• **LISTED ENTRIES**:

* * * * * * *

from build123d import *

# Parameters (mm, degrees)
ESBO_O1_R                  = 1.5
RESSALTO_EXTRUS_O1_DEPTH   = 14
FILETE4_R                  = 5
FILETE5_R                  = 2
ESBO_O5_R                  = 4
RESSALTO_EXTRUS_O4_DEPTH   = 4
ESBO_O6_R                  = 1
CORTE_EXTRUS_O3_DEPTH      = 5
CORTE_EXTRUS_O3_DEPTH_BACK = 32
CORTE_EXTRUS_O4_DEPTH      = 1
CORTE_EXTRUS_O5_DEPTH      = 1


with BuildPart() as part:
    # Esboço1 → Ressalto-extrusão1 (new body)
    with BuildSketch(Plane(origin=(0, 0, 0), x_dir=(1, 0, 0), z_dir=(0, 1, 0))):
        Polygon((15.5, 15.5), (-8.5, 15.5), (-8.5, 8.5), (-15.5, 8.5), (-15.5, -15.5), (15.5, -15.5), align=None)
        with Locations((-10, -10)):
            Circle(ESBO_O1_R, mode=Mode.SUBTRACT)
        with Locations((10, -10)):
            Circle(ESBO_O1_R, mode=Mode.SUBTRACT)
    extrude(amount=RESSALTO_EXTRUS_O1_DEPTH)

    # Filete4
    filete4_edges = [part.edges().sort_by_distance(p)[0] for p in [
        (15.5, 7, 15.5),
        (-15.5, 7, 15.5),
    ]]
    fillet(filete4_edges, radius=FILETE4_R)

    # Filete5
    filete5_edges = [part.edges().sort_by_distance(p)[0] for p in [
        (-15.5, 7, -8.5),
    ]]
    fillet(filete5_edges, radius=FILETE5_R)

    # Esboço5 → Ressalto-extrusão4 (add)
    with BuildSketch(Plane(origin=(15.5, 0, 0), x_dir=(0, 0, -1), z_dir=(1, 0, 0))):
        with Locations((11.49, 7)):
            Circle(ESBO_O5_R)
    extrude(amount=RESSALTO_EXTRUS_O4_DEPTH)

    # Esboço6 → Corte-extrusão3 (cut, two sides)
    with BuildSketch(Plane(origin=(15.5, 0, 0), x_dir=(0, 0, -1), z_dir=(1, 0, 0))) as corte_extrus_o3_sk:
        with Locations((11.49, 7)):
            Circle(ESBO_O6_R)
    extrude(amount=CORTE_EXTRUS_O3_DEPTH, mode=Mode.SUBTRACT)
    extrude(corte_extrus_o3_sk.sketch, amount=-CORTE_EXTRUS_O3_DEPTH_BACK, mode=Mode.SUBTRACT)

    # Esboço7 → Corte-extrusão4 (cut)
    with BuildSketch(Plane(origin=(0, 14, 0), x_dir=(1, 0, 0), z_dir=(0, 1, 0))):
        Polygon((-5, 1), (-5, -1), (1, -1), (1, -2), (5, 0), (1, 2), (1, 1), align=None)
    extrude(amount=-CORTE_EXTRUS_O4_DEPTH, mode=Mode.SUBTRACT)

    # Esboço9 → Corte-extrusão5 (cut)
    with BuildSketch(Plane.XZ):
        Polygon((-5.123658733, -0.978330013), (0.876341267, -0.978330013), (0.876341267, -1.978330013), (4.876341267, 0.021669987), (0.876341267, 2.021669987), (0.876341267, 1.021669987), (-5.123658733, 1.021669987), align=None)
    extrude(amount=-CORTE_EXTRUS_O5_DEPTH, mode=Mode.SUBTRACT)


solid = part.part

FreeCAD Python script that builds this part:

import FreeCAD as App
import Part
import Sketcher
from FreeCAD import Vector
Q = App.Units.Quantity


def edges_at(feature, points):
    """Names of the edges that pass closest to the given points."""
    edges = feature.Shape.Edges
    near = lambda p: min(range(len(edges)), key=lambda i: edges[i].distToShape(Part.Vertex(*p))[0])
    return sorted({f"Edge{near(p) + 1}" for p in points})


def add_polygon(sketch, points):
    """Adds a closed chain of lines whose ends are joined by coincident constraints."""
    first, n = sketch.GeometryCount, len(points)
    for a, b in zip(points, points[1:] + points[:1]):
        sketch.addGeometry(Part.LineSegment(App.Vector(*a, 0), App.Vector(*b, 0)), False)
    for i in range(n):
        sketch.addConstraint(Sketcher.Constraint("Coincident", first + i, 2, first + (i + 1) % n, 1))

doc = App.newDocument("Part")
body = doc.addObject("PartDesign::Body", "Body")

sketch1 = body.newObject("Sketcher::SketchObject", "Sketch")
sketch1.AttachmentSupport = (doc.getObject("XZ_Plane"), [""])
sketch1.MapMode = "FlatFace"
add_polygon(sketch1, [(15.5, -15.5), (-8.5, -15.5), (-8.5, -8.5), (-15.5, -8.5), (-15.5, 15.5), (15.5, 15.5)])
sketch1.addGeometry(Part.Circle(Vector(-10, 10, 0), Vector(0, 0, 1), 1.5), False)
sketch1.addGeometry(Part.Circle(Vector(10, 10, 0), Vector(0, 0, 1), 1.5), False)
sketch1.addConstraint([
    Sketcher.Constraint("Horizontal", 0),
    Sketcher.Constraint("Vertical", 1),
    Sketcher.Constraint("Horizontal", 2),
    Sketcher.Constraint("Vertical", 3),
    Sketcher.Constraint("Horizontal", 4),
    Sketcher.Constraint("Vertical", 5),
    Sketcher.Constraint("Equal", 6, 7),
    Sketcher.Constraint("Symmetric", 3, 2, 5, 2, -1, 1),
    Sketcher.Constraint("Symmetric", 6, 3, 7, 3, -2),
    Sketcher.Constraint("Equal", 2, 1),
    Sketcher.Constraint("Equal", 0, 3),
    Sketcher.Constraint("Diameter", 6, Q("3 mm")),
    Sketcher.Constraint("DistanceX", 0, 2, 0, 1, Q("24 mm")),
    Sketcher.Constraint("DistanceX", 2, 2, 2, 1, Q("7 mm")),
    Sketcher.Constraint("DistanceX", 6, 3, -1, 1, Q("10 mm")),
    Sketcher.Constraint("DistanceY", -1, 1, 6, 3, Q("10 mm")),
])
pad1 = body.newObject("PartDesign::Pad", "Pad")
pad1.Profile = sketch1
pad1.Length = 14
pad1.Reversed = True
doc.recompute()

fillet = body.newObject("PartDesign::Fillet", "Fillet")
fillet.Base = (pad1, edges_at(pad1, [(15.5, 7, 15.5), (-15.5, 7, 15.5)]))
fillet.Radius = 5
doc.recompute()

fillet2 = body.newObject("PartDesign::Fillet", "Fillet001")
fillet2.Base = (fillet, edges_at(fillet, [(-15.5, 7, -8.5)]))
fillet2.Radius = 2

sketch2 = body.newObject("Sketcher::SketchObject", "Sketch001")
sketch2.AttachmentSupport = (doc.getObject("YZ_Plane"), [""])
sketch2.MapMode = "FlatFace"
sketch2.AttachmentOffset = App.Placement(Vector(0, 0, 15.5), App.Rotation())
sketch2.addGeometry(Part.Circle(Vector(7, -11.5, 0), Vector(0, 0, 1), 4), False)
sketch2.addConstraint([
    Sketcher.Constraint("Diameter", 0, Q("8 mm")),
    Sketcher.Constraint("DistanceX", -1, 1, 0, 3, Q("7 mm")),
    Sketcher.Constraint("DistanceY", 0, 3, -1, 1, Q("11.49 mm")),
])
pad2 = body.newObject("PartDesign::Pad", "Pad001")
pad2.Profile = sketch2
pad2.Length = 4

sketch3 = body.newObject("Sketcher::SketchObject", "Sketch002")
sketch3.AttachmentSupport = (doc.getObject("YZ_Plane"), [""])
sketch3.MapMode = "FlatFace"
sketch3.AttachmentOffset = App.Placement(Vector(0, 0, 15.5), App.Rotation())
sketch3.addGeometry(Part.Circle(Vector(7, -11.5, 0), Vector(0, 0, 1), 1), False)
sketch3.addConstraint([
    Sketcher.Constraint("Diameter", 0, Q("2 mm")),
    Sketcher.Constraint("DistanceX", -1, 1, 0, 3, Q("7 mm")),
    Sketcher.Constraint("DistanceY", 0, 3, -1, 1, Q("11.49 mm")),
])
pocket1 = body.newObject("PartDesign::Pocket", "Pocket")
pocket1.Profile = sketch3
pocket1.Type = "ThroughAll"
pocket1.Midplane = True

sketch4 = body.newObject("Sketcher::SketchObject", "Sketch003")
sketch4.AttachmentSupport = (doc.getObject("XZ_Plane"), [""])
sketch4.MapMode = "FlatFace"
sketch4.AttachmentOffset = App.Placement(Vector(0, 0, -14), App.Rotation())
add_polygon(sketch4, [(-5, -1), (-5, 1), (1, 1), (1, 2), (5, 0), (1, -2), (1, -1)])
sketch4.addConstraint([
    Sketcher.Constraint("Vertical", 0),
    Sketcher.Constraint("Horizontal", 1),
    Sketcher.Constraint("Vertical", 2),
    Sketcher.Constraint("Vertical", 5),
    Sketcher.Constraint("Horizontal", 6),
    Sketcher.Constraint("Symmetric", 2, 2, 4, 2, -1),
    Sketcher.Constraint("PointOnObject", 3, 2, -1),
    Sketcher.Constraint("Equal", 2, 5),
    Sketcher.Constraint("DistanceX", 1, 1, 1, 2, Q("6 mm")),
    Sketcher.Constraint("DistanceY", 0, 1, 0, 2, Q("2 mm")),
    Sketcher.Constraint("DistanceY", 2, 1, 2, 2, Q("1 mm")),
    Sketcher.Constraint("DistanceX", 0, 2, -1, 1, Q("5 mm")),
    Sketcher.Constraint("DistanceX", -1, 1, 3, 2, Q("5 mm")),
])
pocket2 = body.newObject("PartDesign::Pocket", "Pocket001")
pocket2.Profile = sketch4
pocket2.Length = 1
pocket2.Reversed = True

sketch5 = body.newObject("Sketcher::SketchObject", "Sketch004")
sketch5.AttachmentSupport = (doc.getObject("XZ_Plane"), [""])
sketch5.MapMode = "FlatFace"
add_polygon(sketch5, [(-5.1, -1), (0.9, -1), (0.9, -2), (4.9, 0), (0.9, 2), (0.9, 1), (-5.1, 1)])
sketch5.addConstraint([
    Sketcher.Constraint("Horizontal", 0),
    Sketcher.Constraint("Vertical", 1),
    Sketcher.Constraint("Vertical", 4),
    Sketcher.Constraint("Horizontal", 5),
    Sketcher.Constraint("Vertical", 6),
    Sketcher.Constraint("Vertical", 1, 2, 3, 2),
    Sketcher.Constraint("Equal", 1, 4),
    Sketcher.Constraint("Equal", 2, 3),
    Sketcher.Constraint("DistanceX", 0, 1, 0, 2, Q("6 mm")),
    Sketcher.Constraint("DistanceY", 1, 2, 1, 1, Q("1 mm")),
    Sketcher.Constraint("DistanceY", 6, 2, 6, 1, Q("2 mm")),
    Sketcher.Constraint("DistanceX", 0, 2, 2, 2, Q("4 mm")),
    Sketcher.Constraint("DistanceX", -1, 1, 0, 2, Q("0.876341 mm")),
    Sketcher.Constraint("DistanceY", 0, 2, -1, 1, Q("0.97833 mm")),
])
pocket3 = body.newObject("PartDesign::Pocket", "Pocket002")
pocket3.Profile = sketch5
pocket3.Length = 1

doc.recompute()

* * * * * * *

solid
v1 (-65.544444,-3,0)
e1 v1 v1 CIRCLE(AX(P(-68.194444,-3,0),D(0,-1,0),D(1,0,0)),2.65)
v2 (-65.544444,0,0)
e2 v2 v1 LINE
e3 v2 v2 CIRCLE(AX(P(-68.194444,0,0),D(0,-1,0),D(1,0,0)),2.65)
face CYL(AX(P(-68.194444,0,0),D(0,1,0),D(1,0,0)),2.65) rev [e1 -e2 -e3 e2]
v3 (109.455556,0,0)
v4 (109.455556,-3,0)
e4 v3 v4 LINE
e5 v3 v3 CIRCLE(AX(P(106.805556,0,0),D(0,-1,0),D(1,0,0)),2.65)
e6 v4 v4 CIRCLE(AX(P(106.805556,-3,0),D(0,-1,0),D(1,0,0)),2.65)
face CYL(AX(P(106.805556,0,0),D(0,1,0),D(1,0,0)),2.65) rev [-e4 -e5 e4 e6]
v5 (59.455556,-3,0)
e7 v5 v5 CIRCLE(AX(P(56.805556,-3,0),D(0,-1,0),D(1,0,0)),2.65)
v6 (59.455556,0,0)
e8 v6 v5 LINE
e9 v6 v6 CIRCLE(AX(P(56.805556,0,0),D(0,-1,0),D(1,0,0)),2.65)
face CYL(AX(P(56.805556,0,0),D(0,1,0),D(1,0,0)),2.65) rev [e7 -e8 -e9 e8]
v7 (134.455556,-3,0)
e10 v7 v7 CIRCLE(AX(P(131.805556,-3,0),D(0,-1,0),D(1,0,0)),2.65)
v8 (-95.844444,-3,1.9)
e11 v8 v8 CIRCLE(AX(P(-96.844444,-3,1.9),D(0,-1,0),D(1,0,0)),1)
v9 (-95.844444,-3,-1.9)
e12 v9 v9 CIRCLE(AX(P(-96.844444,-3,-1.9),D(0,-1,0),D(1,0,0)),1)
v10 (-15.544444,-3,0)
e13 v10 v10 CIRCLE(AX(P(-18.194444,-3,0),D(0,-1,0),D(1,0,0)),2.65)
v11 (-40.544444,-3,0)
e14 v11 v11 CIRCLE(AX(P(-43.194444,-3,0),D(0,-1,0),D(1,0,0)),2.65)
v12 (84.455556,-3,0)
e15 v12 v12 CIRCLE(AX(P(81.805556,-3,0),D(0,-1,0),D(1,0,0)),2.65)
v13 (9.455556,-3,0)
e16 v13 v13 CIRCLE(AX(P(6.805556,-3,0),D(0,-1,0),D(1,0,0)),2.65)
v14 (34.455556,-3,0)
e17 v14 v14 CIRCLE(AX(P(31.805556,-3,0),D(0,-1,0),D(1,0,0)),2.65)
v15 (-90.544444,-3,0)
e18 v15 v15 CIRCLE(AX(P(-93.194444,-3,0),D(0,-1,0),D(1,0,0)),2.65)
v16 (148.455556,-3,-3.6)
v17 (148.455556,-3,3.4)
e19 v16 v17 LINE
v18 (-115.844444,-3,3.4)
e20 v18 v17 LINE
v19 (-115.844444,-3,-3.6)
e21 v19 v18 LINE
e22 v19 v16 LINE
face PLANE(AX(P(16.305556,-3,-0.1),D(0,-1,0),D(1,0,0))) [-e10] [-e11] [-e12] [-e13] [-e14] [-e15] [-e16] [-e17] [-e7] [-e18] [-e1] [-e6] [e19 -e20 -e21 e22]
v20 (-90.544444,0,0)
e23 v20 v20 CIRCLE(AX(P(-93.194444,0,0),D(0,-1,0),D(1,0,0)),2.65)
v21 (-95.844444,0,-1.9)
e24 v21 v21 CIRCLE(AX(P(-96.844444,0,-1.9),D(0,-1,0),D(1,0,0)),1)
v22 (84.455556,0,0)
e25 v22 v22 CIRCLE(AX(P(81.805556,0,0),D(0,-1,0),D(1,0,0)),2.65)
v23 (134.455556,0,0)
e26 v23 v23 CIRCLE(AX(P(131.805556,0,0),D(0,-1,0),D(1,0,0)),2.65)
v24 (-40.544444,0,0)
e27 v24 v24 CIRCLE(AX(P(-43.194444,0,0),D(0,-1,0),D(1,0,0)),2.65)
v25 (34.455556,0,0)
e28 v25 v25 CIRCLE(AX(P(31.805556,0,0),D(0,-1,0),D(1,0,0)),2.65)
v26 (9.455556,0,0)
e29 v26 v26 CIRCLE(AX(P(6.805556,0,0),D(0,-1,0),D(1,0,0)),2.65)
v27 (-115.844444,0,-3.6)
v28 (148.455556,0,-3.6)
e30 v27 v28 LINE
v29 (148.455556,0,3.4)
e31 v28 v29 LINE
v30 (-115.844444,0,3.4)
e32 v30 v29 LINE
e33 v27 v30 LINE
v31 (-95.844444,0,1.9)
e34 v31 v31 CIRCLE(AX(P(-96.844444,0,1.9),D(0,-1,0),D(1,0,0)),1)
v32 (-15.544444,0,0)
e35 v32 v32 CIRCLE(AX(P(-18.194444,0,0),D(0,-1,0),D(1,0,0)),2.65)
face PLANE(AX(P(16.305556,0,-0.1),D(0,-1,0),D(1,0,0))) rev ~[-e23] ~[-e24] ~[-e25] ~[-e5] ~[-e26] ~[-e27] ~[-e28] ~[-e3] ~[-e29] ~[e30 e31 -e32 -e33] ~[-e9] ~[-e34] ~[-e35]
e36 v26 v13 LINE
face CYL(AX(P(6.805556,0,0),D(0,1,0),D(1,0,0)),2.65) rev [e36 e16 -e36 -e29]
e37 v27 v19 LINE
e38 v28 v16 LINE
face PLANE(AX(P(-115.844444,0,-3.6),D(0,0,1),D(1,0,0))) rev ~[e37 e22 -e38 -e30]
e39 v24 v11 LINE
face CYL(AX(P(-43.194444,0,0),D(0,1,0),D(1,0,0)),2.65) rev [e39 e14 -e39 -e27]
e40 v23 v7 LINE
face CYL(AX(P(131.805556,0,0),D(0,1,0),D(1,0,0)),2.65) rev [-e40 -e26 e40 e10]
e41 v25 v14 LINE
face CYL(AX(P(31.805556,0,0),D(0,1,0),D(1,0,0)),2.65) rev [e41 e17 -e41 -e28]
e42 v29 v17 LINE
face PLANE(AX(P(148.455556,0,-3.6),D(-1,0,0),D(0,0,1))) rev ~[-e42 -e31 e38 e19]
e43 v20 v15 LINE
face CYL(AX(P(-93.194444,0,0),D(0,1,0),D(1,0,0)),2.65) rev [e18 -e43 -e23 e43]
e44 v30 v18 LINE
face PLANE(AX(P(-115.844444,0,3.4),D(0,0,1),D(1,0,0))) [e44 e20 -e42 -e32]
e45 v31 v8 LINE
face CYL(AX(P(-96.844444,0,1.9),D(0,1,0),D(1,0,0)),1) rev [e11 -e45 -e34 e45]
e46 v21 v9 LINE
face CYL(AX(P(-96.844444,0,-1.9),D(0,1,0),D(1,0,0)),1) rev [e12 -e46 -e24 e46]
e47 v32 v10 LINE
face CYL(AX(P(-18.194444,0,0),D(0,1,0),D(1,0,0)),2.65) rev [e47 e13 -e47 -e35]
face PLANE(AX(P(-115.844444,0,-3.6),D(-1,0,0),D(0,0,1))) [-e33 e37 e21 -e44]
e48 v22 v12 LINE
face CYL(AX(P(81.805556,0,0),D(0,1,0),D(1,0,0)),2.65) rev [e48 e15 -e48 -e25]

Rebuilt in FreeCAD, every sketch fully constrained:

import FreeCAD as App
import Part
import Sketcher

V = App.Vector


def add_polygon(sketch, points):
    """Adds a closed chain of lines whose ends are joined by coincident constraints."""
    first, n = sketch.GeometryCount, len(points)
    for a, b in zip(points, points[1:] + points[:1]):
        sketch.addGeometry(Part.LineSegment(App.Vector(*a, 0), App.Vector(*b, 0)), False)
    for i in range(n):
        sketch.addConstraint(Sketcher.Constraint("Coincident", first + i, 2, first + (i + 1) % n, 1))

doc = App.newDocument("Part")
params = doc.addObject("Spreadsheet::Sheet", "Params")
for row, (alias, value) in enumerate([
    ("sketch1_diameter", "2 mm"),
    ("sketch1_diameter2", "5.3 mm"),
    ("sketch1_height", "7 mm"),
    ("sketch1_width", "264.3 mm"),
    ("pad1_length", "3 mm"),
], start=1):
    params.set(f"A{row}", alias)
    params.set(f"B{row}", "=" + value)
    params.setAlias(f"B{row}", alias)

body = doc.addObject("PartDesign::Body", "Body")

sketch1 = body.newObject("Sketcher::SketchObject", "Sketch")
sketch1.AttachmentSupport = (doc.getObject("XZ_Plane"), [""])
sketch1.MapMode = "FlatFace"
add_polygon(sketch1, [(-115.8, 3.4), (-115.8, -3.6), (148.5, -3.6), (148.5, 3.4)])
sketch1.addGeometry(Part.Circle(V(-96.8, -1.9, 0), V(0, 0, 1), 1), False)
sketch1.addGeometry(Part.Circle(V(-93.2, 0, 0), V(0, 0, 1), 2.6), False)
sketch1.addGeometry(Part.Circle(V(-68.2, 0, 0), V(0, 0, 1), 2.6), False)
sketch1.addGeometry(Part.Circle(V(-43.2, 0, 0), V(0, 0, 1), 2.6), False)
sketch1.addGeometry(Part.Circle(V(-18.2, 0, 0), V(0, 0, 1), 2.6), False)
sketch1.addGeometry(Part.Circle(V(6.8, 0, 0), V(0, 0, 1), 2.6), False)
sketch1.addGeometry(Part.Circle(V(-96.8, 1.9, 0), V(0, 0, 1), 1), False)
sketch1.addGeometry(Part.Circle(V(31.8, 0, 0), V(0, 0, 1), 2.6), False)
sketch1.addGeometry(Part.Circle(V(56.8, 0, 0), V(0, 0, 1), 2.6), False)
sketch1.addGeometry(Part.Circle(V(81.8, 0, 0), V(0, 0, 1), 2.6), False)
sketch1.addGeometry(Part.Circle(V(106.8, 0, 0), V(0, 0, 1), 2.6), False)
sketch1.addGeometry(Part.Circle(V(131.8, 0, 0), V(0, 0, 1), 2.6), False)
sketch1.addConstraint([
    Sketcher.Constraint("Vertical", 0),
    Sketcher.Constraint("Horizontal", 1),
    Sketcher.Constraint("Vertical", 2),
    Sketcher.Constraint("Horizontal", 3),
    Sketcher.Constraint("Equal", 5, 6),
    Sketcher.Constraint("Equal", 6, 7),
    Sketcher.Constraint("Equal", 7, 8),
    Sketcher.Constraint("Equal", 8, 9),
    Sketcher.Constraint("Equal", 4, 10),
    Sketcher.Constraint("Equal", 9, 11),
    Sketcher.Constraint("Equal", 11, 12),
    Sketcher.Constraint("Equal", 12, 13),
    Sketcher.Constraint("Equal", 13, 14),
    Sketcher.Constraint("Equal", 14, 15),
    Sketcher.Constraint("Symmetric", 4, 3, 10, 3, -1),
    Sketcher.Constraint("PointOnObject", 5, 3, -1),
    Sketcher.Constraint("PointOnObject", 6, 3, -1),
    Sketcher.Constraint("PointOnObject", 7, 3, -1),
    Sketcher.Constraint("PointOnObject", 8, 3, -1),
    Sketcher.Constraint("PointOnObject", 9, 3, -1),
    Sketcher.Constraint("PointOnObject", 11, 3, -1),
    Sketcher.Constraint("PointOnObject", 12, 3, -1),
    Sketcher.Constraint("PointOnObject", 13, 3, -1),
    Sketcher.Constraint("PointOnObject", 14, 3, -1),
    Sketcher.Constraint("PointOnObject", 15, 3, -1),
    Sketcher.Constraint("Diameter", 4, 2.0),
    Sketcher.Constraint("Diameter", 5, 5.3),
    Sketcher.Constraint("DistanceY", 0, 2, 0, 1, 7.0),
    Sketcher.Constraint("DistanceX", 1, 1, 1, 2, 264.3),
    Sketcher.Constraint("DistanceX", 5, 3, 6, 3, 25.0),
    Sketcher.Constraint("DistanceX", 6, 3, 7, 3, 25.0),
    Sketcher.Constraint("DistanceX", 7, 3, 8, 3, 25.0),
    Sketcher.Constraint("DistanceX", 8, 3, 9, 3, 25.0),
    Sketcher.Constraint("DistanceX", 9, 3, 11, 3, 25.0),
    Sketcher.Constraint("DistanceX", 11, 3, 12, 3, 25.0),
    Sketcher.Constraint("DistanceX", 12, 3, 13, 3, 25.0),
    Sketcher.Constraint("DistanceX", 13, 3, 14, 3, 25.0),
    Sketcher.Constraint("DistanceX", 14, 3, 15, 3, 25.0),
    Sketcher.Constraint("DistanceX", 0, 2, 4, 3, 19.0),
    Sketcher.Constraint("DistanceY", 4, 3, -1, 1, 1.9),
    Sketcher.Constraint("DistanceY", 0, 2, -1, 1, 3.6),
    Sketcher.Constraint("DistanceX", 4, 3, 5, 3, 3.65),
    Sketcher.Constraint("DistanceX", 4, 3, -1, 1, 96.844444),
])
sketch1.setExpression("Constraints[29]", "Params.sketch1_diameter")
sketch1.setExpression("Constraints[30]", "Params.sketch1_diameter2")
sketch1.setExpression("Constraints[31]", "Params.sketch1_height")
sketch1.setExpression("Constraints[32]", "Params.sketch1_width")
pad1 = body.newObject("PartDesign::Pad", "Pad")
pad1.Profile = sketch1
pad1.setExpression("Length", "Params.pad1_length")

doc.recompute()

* * * * * * *

• **EXERCISE REQUIREMENTS**:
Above are the records; from them, give again exactly the lines from the one containing "Circle(ESBO_O6_R)" through the one containing "# Esboço7 → Corte-extrusão4 (cut)", both included.

• **EXERCISE SOLUTION**:
            Circle(ESBO_O6_R)
    extrude(amount=CORTE_EXTRUS_O3_DEPTH, mode=Mode.SUBTRACT)
    extrude(corte_extrus_o3_sk.sketch, amount=-CORTE_EXTRUS_O3_DEPTH_BACK, mode=Mode.SUBTRACT)

    # Esboço7 → Corte-extrusão4 (cut)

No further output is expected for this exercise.